I was working in corporate America and took paternity leave to bond with my three-month-old daughter (my second child). One morning, my wife was worried about being late for work while she was in the middle of wrangling my older daughter's wild hair.

While changing my baby's diaper in the other room, I simply told her, "Go ahead, I got this."


Skeptical that I would be able to keep the baby happy while simultaneously playing the role of hairstylist, my wife looked at me and said, "I'll believe it when I see it," and she went off to work.

After she left, I set my camera on its timer, took this photo, and emailed it to her.

A simple photo ended up being not so simple after all.

We both got a good chuckle out of the photo, but once I shared it with the public a few hours later, everything changed.

Once I put the photo on social media, people lost their minds — and the reactions were predictable.

Some thought I was the sexiest dad alive, some threw racial slurs my way, some thought I was cool for demonstrating what fatherhood looks like, and some wondered why a guy who takes care of his kids is trending on their news feeds.

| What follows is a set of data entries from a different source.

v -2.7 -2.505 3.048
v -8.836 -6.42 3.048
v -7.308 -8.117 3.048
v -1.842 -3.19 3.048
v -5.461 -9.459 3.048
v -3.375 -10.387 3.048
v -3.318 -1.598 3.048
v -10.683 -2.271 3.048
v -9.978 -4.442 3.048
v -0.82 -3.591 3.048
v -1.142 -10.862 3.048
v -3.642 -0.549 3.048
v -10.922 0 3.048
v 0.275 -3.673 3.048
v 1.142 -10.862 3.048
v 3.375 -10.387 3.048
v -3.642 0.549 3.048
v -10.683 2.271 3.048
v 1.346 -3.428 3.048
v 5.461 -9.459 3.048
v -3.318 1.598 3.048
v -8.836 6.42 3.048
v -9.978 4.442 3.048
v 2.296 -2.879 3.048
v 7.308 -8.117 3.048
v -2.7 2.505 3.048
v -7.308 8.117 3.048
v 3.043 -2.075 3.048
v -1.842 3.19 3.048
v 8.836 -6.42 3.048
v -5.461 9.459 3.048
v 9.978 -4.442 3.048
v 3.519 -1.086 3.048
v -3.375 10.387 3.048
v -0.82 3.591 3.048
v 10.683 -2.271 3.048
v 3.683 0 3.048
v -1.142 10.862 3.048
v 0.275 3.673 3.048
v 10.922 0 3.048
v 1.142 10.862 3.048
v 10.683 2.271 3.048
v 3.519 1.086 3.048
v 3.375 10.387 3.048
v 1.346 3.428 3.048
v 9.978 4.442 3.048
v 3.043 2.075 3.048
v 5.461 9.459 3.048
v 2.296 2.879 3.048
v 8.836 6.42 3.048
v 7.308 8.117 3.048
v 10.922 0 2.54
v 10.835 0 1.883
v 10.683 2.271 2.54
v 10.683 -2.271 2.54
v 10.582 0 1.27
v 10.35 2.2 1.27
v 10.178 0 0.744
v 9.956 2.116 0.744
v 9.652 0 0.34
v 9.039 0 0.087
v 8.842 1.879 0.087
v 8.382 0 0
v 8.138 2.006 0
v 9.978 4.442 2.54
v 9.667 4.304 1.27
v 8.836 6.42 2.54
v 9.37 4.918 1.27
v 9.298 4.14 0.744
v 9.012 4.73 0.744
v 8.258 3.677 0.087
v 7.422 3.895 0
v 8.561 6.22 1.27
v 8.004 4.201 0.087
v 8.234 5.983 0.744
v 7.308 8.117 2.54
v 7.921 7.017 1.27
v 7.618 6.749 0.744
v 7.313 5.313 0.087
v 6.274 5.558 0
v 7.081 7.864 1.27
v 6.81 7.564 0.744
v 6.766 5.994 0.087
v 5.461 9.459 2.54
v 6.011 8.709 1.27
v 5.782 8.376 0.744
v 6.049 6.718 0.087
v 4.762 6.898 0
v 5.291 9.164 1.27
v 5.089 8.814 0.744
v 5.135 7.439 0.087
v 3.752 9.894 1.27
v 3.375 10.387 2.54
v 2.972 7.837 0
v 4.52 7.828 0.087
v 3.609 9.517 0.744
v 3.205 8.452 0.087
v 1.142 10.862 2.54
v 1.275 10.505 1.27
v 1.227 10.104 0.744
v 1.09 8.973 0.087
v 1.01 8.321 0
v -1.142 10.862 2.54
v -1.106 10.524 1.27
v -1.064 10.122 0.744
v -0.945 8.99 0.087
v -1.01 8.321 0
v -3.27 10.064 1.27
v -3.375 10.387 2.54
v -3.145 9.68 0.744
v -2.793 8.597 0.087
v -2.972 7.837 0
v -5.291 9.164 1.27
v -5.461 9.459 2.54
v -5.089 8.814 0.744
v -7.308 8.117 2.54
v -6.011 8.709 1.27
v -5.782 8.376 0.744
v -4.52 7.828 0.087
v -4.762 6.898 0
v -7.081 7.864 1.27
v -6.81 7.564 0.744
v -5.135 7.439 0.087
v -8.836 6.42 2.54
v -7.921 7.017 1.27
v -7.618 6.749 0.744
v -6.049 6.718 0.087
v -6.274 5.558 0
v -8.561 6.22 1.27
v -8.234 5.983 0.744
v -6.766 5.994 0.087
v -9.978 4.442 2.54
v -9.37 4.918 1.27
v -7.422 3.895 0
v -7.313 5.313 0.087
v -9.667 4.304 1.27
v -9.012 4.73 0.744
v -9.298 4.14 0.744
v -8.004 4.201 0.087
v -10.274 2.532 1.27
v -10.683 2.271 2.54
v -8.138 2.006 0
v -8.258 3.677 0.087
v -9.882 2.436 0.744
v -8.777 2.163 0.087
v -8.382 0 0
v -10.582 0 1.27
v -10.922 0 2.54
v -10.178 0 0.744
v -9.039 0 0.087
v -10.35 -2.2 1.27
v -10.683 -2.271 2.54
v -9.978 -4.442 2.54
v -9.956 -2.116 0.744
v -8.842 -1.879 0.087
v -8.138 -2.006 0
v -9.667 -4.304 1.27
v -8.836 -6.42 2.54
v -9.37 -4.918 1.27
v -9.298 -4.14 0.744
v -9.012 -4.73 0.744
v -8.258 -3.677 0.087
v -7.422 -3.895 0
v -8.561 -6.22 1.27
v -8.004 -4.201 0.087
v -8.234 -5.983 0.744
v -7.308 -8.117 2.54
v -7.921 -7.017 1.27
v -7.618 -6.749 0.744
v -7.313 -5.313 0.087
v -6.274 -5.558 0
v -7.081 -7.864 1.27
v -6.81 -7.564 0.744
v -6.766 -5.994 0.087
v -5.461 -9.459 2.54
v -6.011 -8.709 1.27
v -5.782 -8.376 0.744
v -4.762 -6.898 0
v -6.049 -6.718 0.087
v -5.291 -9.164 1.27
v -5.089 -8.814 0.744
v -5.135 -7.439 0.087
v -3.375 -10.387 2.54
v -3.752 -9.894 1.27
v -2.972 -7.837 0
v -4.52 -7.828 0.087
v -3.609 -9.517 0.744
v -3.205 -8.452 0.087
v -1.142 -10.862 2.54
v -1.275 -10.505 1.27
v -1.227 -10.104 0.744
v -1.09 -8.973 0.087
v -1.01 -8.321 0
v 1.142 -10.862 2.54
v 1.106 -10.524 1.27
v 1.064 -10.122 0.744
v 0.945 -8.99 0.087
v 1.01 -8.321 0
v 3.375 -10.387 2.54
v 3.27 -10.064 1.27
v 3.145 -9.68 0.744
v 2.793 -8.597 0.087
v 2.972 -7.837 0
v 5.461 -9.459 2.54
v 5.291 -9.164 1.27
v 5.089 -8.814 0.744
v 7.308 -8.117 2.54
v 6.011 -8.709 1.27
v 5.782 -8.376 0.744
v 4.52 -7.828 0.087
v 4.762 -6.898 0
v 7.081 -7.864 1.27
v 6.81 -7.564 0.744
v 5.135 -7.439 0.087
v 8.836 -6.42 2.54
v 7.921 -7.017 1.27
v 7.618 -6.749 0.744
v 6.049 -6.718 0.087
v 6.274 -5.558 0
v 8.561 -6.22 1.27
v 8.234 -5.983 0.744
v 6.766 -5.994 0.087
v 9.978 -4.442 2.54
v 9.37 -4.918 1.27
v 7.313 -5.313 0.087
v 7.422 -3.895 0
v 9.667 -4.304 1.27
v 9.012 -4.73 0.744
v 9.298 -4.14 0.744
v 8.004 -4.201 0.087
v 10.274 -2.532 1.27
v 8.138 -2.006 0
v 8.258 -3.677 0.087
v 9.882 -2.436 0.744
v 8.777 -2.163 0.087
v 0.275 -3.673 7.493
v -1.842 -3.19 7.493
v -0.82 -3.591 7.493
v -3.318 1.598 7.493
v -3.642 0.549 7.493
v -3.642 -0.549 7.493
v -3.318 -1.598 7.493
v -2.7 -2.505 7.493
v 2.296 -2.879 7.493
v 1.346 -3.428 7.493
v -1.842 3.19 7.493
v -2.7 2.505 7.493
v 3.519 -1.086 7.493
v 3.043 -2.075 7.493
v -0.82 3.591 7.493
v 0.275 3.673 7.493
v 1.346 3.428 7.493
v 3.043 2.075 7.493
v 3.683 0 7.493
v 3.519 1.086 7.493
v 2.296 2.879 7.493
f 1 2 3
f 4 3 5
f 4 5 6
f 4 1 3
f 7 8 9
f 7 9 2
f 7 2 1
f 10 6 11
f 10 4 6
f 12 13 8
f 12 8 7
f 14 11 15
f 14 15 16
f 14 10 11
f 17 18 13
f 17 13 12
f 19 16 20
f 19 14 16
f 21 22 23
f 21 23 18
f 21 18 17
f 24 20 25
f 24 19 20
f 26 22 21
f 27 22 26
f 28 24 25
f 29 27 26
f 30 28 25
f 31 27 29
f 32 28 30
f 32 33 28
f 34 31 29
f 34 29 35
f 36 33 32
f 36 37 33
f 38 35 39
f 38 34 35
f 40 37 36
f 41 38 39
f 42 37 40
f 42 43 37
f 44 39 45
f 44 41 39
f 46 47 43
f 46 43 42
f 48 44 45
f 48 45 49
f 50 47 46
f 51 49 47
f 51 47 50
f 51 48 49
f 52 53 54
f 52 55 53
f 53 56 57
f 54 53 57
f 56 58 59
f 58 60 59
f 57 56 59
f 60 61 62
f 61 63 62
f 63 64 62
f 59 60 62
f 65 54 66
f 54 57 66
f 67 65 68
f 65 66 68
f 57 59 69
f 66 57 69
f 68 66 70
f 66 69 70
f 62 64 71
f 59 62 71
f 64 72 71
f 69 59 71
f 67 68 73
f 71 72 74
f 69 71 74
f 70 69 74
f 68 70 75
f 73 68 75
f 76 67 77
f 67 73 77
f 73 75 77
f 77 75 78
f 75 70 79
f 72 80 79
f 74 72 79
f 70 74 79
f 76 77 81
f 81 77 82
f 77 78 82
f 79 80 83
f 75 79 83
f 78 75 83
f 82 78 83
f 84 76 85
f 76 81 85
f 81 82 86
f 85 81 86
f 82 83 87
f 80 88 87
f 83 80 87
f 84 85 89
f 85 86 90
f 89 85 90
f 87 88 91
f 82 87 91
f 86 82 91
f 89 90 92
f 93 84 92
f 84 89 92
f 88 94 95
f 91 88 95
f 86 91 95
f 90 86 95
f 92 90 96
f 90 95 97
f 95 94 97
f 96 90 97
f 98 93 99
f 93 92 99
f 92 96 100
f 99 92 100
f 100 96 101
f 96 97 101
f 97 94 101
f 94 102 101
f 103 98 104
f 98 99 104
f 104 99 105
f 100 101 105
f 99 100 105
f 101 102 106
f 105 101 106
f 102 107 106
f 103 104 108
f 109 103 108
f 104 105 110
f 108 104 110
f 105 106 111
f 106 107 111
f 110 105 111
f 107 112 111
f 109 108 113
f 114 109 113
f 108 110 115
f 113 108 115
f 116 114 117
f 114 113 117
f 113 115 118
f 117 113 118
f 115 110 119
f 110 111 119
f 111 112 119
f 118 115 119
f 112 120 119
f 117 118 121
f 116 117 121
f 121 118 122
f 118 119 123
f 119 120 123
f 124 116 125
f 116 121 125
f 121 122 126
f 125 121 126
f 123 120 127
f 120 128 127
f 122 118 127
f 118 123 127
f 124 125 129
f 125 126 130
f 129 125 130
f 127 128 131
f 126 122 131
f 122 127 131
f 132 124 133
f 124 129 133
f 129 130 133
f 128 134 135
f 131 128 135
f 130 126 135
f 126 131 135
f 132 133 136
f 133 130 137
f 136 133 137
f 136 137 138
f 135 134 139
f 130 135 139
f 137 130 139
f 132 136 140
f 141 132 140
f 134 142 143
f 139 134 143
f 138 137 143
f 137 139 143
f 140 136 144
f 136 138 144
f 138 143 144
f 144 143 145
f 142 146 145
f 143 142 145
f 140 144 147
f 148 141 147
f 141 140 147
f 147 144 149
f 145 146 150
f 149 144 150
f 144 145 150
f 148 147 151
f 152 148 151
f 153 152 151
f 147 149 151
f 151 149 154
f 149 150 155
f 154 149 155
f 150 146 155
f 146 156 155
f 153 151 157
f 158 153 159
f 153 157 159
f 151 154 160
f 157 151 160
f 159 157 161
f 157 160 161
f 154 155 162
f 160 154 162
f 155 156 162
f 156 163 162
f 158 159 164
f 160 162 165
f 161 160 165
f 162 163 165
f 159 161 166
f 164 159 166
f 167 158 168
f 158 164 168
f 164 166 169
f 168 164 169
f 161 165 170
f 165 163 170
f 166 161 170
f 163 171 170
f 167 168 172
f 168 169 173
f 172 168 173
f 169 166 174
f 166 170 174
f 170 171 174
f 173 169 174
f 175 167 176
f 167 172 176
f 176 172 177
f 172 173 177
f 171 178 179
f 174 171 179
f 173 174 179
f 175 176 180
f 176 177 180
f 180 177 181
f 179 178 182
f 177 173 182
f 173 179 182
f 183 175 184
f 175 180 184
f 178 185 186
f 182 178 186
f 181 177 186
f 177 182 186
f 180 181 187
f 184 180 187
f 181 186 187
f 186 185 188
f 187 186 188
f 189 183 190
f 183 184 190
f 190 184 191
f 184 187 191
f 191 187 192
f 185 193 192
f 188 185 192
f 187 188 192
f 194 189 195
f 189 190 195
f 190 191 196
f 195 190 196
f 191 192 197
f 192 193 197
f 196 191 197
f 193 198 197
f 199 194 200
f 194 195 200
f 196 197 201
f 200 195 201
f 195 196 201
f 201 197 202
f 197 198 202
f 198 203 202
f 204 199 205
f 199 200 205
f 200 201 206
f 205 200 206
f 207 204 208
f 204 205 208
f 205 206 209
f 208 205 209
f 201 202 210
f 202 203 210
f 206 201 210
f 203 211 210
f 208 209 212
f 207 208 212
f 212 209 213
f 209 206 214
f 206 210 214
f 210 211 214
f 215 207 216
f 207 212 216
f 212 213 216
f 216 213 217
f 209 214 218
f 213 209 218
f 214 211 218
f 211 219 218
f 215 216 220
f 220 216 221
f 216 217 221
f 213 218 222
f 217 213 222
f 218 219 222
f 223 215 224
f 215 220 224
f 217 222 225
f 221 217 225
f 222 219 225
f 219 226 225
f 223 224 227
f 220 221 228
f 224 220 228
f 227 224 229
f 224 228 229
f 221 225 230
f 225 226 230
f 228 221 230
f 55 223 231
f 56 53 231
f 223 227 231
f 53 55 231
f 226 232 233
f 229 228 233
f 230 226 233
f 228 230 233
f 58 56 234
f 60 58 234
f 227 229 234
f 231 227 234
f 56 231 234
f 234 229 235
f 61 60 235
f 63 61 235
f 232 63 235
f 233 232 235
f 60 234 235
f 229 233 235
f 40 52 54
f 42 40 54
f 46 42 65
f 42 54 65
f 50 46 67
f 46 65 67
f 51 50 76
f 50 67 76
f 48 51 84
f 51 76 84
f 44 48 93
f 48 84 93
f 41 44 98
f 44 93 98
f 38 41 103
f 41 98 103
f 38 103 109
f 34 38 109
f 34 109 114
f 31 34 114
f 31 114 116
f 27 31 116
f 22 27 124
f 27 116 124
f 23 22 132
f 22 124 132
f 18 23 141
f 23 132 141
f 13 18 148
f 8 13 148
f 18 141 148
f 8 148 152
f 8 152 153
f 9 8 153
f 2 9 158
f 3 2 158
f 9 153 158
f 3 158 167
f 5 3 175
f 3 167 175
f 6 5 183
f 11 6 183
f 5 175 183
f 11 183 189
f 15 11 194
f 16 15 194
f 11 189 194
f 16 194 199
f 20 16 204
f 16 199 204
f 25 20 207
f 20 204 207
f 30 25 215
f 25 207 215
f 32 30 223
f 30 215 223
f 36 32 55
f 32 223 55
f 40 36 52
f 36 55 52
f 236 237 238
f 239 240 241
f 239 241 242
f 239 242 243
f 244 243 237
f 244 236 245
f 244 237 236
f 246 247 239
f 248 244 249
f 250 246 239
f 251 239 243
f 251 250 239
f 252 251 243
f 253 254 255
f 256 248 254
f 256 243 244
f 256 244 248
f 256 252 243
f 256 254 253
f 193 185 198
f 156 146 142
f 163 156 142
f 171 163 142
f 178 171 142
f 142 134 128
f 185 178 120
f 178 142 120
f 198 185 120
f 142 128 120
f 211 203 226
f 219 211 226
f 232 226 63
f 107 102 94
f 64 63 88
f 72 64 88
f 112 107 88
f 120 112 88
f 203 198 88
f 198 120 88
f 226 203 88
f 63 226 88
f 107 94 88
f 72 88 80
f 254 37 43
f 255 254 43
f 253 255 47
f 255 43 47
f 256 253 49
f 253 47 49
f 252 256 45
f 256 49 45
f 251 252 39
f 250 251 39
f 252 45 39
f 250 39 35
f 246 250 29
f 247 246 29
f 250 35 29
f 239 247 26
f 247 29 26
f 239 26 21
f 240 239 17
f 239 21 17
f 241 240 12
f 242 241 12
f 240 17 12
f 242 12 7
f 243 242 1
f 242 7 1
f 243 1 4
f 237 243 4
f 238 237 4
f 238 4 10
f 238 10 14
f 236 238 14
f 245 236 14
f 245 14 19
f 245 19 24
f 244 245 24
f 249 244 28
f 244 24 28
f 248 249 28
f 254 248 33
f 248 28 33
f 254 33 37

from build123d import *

# Parameters (mm, degrees)
F0_R     = 10.922
F1_DEPTH = 3.048
F2_R     = 2.54
F3_R     = 3.683
F4_DEPTH = 4.445


with BuildPart() as f1:
    # F0 (on Top) → F1 (new body)
    with BuildSketch(Plane.XY):
        Circle(F0_R)
    extrude(amount=F1_DEPTH)

    # F2
    f2_edges = [f1.edges().sort_by_distance(p)[0] for p in [
        (-10.922, 0, 0),
    ]]
    fillet(f2_edges, radius=F2_R)

    # F3 (on face) → F4 (join)
    with BuildSketch(Plane.XY.offset(3.048)):
        Circle(F3_R)
    extrude(amount=F4_DEPTH)


solid = f1.part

Sure, it was a cute photo, but was it really that big of a deal? I received my answer when mainstream media found it a few weeks later, in January 2014.

Before I could blink, the heavy hitters contacted me to discuss "the photo."

The "Today" show.

Giving Al Roker a shoulder rub on national television was, um, interesting. GIF from the "Today" show.

"Good Morning America."

I'm not a fan of the "Mr. Mom" label at all. Image from "Good Morning America."

HLN.

Fist bumps to the dads of the world who take their jobs seriously. GIF from HLN.

Katie Couric.

Being interviewed by Katie Couric was great, but did it really help? Photo from "Katie."

And dozens more.

It was quite a whirlwind. But it was a conversation I had with a female college student on a flight home from one of those interviews that really made me think.

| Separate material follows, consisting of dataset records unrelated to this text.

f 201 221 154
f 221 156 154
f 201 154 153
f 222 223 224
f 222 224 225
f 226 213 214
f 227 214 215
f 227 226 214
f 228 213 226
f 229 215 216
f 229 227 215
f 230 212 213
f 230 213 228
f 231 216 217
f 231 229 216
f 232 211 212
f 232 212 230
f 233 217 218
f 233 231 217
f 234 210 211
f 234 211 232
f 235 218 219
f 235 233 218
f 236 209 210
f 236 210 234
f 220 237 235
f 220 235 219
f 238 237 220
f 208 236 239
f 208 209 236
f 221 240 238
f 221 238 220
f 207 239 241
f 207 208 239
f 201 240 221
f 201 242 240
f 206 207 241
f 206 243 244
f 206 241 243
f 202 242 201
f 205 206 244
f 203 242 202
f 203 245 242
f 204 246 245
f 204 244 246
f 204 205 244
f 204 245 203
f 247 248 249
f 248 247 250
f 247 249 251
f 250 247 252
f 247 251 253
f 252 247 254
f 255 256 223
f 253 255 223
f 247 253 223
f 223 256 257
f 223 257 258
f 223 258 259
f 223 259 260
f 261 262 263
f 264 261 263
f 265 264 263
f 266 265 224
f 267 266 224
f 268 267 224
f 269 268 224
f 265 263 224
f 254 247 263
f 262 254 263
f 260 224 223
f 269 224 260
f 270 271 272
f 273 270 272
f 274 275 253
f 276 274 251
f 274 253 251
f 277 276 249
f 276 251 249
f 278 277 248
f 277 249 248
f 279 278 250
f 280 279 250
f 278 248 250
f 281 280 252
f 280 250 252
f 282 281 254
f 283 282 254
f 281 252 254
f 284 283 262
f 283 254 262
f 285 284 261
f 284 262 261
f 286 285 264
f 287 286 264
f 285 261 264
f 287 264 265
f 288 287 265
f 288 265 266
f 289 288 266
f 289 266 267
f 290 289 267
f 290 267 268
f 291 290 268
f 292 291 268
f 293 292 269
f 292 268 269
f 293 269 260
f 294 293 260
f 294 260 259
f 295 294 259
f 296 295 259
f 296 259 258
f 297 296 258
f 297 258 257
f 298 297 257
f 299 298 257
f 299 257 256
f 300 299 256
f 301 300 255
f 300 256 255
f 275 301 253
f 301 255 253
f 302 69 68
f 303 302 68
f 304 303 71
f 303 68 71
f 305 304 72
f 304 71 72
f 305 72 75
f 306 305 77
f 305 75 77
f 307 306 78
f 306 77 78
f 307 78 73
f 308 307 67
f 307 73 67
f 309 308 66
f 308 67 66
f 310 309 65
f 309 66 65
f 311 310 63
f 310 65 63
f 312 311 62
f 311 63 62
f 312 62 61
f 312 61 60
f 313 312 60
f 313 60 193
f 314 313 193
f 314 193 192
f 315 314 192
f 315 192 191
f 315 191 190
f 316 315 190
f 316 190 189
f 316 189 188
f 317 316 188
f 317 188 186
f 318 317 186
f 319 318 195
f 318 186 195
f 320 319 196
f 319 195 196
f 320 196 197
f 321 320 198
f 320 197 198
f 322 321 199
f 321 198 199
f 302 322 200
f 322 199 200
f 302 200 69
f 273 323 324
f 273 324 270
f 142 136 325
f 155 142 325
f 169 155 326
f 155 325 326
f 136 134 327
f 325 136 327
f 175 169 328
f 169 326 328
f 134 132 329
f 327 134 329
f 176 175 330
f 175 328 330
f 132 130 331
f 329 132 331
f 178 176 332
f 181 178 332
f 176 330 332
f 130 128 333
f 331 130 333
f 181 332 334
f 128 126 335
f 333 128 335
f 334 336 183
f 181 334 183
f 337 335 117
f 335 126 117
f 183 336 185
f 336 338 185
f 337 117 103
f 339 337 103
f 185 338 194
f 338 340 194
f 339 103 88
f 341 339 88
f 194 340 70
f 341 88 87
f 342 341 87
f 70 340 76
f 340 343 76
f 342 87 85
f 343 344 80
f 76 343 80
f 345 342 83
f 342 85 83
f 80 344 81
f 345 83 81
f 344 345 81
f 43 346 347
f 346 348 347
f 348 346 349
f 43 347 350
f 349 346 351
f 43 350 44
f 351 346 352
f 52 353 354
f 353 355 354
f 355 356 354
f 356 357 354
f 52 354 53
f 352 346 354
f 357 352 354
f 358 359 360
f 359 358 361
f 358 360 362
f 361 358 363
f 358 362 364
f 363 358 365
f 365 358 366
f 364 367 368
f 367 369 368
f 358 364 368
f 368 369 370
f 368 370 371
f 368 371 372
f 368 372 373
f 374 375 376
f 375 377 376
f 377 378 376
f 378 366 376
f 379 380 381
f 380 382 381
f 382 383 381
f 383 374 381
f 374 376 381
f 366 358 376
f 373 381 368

"I'm sure you had a message to share while you experienced all of the viral stuff," she said. "Do you think it was heard?"

Good question.

Any idiot can be interviewed on national television, but few can use that opportunity to make a lasting, positive difference.

Was I one of those idiots? Or did I move the conversation forward about what it means to be a modern dad in America?

I still don't have the answer two years later, but I realized it's more important to focus on the future instead.

So here are three simple things I want for fatherhood in 2016 and beyond.

1. We have to raise the bar for what it means to be a good dad.

Men expecting props for handling rudimentary child-rearing tasks are no different than men expecting props for staying out of jail. Because as Chris Rock once said, we're supposed to stay out jail, and we're supposed to take care of our kids.

That's right, Chris. GIF from the HBO special "Bring the Pain."

Most moms aren't asking for statues to be erected in their honor for taking their kids to the park, giving their babies baths, or waking up in the middle of the night to comfort their children. And neither should any dad.

It's very simple. If we see a dad doing something adorable with his children, we should pause and ask ourselves this important question: "Would I offer praise to a mom for doing the same thing?" If the answer is yes, then fire away. If the answer is no, then it's probably a good idea to keep it to ourselves.

Any idiot can be interviewed on national television, but few can use that opportunity to make a lasting, positive difference. Was I one of those idiots? Or did I move the conversation forward about what it means to be a modern dad in America?

2. Let good dads be good dads.

In my experiences, the one thing that new dads complain about the most is being unable to interact with their kids in their own unique way.

Maybe he is provided pointers on how to brush his daughter's teeth when he really doesn't need them.

Because sometimes personal hygiene takes teamwork. Photo from the Daddy Doin' Work Instagram feed, used with permission.

Or maybe his Neanderthal buddies poke fun at him for choosing to open his "daddy nail salon" for his daughter instead of opening a few beers at the local sports bar.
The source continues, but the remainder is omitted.